I tried to calculate how to climb up the almost sheer face to the next ledge and then up the slope of loose stones to the rim. I knew that my injured arm wouldn't support me. The only other way to get off the ledge was…

I stared down, trying to judge how the cliff led to the stream. It was a steep slope of outcrops, the ledge below me five feet away, the one after that twice as far. I didn't want to think about the obstacles farther down.

But the sun was already past the rim of the cliff. The bottom of the chasm was in shadow. Even though it was only late afternoon, darkness would come soon. The nearby mountains would block the sun earlier than I was used to. Once it was dark, I couldn't hope to be rescued until morning.

By then, I'd be dead.

The pain of movement was excruciating as I eased the knapsack onto my back, lay on my stomach, and squirmed over the edge.
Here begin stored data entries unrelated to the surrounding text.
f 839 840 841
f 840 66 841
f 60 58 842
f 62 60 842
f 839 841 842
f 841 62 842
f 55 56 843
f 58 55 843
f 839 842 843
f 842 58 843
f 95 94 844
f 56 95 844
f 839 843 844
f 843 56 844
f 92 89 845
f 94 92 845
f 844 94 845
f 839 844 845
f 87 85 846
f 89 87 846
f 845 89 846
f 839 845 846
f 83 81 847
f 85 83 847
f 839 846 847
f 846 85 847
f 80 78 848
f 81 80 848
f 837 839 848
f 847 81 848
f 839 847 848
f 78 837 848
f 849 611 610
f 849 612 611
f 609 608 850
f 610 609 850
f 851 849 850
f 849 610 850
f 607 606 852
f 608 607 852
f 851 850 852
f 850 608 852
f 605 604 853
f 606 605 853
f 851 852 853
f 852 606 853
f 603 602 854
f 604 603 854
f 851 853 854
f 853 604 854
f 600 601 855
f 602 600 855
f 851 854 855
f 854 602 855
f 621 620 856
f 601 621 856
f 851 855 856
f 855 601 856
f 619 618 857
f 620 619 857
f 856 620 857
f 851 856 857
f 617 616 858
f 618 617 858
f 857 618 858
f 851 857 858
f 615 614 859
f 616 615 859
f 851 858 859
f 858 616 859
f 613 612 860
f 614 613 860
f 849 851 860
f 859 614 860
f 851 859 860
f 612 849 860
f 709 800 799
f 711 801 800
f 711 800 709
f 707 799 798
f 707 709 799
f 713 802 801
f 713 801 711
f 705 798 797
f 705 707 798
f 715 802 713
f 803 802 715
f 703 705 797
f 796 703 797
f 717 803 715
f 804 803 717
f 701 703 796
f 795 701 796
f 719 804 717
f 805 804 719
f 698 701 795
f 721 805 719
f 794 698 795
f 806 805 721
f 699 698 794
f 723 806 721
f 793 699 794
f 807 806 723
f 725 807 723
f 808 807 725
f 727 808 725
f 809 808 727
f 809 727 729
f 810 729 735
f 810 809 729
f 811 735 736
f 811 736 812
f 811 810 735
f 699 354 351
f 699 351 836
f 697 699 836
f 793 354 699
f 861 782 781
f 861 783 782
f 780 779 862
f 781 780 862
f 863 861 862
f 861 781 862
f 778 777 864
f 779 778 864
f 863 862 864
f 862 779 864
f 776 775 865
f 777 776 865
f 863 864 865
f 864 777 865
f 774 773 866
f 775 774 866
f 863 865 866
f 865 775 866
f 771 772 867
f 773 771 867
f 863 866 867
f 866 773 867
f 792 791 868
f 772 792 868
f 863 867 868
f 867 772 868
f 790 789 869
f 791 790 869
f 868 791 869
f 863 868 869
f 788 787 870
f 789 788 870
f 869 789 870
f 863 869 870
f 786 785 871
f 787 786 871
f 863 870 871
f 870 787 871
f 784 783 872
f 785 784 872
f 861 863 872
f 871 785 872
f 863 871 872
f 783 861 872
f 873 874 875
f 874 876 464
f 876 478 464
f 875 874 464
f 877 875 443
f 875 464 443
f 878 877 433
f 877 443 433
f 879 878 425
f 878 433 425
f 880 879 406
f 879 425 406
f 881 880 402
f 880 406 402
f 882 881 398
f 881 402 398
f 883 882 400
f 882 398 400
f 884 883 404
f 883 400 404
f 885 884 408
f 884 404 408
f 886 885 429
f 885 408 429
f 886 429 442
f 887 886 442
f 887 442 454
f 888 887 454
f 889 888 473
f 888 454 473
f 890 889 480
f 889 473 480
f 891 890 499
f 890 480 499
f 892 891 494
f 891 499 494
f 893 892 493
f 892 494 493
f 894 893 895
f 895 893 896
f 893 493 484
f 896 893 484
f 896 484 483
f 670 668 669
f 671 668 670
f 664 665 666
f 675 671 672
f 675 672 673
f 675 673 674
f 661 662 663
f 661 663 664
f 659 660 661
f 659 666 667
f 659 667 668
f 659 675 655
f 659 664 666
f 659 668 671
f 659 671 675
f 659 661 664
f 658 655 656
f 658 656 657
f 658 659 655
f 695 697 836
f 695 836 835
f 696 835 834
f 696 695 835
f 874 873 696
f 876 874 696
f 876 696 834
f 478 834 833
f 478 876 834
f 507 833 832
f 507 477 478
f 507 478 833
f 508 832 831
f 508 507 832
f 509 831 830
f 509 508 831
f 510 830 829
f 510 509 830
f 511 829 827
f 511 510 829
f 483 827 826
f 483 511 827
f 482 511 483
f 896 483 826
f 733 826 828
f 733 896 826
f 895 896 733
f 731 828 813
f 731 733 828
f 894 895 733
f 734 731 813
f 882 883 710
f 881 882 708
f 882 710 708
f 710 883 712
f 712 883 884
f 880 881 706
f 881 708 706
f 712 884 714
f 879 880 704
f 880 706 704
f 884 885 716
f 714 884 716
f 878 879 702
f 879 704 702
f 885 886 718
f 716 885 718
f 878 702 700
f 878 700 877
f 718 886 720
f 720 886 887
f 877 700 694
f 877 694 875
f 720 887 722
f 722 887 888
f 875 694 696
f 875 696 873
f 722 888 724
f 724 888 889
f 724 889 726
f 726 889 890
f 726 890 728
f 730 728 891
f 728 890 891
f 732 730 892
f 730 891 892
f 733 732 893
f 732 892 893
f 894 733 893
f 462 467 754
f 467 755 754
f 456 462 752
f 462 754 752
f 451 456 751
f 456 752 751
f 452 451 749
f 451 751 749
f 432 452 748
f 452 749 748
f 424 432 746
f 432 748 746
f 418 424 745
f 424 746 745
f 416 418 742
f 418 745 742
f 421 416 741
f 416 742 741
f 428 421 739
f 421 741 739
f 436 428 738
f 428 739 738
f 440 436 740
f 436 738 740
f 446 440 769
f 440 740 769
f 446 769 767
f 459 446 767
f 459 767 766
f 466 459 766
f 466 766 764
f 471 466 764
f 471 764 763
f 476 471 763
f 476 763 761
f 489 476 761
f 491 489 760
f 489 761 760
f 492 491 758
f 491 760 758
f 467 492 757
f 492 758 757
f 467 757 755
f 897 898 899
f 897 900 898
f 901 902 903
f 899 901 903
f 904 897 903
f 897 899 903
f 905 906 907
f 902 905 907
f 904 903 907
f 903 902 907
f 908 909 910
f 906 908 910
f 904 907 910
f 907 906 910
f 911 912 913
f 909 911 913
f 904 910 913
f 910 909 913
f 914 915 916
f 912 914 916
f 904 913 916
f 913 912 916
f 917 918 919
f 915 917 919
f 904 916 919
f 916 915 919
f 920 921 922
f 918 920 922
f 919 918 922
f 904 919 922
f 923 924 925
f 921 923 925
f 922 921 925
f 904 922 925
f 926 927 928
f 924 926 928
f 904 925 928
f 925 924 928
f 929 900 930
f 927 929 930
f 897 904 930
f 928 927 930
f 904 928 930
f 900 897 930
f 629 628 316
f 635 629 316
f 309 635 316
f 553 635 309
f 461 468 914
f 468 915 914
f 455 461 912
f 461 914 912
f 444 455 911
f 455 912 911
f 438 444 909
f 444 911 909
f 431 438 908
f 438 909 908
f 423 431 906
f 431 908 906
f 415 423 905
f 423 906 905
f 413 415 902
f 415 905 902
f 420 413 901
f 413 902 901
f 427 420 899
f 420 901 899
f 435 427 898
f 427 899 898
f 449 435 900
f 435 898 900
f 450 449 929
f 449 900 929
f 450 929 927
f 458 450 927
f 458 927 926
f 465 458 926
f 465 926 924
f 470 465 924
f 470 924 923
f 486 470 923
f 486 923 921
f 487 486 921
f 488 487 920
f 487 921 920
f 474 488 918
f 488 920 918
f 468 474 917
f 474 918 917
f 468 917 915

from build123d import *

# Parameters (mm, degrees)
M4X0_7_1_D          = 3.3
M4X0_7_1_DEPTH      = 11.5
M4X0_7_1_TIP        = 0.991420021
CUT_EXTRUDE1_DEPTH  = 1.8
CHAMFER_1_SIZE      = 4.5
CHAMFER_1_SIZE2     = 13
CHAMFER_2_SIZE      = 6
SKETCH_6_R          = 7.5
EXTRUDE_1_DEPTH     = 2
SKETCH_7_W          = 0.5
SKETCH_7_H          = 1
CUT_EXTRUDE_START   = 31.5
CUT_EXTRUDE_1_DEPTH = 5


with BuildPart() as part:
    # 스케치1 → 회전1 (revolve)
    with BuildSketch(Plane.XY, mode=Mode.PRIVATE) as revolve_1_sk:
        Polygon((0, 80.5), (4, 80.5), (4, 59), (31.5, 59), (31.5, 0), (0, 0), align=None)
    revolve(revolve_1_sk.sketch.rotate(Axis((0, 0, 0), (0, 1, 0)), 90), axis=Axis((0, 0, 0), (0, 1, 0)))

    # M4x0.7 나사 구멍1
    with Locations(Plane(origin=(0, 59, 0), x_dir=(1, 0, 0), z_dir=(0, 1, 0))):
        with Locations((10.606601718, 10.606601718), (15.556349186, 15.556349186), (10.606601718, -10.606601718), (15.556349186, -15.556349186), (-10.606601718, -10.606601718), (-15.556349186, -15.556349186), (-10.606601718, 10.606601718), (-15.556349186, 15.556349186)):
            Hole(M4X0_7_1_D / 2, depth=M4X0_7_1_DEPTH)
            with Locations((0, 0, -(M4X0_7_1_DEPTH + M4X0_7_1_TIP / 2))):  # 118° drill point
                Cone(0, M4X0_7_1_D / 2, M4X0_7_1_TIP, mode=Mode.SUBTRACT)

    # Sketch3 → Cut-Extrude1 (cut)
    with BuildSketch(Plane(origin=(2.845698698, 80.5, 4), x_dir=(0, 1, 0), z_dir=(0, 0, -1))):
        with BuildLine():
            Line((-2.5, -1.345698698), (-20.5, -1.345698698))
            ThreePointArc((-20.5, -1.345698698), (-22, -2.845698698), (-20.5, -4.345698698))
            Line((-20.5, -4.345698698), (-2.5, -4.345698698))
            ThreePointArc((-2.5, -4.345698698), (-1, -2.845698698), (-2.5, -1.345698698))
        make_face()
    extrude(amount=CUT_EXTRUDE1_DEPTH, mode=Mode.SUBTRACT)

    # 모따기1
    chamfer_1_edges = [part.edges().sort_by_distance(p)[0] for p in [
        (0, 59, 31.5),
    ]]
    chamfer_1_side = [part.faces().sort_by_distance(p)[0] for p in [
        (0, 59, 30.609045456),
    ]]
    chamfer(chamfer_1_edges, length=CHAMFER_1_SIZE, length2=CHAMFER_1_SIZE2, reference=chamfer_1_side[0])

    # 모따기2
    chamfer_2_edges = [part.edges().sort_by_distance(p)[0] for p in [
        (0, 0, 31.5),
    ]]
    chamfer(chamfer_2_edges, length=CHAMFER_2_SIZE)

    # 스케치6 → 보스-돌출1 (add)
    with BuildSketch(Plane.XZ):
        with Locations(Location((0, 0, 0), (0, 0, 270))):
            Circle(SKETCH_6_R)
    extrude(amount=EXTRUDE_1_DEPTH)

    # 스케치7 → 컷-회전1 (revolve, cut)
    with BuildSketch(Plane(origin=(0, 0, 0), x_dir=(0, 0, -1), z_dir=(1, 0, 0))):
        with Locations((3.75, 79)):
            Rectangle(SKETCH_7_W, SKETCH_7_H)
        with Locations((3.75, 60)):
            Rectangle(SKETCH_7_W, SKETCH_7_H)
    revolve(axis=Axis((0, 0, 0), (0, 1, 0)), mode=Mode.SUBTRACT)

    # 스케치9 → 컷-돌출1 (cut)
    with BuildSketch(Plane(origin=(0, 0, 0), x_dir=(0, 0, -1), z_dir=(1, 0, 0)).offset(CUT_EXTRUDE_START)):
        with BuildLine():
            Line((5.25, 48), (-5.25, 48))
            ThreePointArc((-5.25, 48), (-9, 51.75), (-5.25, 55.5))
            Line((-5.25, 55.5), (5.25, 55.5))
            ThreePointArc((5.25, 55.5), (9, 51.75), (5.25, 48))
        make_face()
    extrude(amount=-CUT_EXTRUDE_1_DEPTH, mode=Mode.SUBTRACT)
I dangled as far as my good arm would allow, then dropped.

The shock of landing jolted me to the bone. I almost fainted. Crawling over the side of the next outcrop, I ripped my shirt and scraped my chest. My lacerated knees showed through my torn jeans. Straining to control my emotions, I kept struggling downward. A few spots that looked impossible from above turned out to be deceptive, boulders acting like steps. Other spots that looked easy were terrifyingly difficult.